►
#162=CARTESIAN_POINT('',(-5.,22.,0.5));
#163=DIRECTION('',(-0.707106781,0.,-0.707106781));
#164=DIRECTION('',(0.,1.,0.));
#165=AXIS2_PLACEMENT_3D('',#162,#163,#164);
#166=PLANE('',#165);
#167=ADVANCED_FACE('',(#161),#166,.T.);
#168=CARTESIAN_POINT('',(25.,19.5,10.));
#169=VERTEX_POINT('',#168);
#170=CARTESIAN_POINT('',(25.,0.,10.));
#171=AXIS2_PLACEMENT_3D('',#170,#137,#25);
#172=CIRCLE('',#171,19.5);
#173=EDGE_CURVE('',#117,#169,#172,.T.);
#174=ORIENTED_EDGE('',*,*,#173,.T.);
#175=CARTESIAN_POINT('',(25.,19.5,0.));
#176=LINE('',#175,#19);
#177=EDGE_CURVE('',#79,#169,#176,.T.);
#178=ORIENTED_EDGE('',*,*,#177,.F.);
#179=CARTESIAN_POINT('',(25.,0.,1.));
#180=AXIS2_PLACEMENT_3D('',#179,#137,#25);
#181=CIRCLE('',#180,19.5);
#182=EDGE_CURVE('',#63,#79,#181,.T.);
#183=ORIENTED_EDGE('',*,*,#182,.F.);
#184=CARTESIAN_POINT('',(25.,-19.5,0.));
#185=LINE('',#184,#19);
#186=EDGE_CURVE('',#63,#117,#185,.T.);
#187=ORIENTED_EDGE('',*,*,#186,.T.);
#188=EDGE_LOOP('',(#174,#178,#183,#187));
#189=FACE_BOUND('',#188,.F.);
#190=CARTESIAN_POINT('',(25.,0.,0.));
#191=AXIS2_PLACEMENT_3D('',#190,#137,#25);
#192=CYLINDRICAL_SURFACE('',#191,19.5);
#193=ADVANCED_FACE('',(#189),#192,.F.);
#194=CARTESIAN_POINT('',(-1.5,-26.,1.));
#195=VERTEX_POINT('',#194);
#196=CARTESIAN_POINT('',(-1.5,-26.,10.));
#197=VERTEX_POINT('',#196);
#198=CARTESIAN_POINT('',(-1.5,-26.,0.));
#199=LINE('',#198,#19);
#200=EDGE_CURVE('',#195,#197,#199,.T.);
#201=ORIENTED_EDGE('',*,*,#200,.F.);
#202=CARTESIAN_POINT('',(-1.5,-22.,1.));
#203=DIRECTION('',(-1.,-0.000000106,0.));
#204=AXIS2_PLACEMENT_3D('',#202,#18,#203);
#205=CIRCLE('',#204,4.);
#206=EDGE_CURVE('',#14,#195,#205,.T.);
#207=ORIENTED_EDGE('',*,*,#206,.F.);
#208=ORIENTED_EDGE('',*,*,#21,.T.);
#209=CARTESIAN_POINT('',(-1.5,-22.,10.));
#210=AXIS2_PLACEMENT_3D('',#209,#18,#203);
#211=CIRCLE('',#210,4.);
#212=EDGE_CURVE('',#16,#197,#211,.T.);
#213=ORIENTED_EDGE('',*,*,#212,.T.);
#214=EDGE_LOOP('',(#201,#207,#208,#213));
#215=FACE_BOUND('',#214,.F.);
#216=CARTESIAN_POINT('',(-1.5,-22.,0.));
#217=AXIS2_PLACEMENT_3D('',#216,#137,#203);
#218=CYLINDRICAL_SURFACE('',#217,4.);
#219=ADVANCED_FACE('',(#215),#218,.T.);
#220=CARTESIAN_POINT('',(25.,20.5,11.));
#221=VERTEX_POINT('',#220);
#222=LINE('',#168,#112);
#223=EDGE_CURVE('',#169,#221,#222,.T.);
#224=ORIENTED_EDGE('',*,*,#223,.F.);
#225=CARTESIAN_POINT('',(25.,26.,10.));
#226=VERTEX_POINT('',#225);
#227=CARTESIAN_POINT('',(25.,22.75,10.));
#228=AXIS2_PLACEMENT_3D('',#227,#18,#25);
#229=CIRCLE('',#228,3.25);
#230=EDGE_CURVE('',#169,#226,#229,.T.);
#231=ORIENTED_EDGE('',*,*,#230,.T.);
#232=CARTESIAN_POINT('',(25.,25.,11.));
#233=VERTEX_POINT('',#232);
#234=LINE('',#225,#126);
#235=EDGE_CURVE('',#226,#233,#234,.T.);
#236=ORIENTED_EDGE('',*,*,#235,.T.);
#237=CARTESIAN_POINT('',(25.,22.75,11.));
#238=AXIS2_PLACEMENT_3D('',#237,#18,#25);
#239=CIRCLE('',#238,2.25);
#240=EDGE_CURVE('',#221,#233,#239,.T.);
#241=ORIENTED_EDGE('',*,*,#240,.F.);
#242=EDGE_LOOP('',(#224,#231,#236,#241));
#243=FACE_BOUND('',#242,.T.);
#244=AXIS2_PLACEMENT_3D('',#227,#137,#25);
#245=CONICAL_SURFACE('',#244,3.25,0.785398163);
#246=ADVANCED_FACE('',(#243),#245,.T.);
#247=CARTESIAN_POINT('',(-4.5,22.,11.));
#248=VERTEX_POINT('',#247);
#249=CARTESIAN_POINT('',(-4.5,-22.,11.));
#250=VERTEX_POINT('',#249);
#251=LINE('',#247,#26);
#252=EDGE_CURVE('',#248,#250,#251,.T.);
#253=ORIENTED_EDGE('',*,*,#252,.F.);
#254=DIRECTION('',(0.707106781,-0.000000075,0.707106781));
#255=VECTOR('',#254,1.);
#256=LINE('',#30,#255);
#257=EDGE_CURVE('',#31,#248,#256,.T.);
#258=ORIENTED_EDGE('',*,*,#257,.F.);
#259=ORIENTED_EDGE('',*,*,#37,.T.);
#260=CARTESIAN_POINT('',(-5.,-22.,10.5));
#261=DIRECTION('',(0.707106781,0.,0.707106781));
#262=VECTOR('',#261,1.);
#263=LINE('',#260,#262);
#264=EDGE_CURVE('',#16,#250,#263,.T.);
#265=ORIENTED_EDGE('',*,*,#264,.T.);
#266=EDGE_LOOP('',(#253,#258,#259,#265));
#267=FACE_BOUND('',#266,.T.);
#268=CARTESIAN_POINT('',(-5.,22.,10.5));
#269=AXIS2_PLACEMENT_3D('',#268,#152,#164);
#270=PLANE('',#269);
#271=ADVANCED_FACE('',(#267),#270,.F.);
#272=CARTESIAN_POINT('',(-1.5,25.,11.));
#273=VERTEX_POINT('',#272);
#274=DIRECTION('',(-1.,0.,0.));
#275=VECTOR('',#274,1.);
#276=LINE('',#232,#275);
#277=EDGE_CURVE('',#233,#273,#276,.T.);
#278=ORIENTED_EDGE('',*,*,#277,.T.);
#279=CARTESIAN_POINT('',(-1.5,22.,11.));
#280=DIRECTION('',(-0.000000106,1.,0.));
◄
◆ Task details: Please print verbatim each line from the first line of the entries above to the line that contains "#208=ORIENTED_EDGE('',*,*,#21,.T.);", inclusive, and nothing more.

◆ Worked solution:
#162=CARTESIAN_POINT('',(-5.,22.,0.5));
#163=DIRECTION('',(-0.707106781,0.,-0.707106781));
#164=DIRECTION('',(0.,1.,0.));
#165=AXIS2_PLACEMENT_3D('',#162,#163,#164);
#166=PLANE('',#165);
#167=ADVANCED_FACE('',(#161),#166,.T.);
#168=CARTESIAN_POINT('',(25.,19.5,10.));
#169=VERTEX_POINT('',#168);
#170=CARTESIAN_POINT('',(25.,0.,10.));
#171=AXIS2_PLACEMENT_3D('',#170,#137,#25);
#172=CIRCLE('',#171,19.5);
#173=EDGE_CURVE('',#117,#169,#172,.T.);
#174=ORIENTED_EDGE('',*,*,#173,.T.);
#175=CARTESIAN_POINT('',(25.,19.5,0.));
#176=LINE('',#175,#19);
#177=EDGE_CURVE('',#79,#169,#176,.T.);
#178=ORIENTED_EDGE('',*,*,#177,.F.);
#179=CARTESIAN_POINT('',(25.,0.,1.));
#180=AXIS2_PLACEMENT_3D('',#179,#137,#25);
#181=CIRCLE('',#180,19.5);
#182=EDGE_CURVE('',#63,#79,#181,.T.);
#183=ORIENTED_EDGE('',*,*,#182,.F.);
#184=CARTESIAN_POINT('',(25.,-19.5,0.));
#185=LINE('',#184,#19);
#186=EDGE_CURVE('',#63,#117,#185,.T.);
#187=ORIENTED_EDGE('',*,*,#186,.T.);
#188=EDGE_LOOP('',(#174,#178,#183,#187));
#189=FACE_BOUND('',#188,.F.);
#190=CARTESIAN_POINT('',(25.,0.,0.));
#191=AXIS2_PLACEMENT_3D('',#190,#137,#25);
#192=CYLINDRICAL_SURFACE('',#191,19.5);
#193=ADVANCED_FACE('',(#189),#192,.F.);
#194=CARTESIAN_POINT('',(-1.5,-26.,1.));
#195=VERTEX_POINT('',#194);
#196=CARTESIAN_POINT('',(-1.5,-26.,10.));
#197=VERTEX_POINT('',#196);
#198=CARTESIAN_POINT('',(-1.5,-26.,0.));
#199=LINE('',#198,#19);
#200=EDGE_CURVE('',#195,#197,#199,.T.);
#201=ORIENTED_EDGE('',*,*,#200,.F.);
#202=CARTESIAN_POINT('',(-1.5,-22.,1.));
#203=DIRECTION('',(-1.,-0.000000106,0.));
#204=AXIS2_PLACEMENT_3D('',#202,#18,#203);
#205=CIRCLE('',#204,4.);
#206=EDGE_CURVE('',#14,#195,#205,.T.);
#207=ORIENTED_EDGE('',*,*,#206,.F.);
#208=ORIENTED_EDGE('',*,*,#21,.T.);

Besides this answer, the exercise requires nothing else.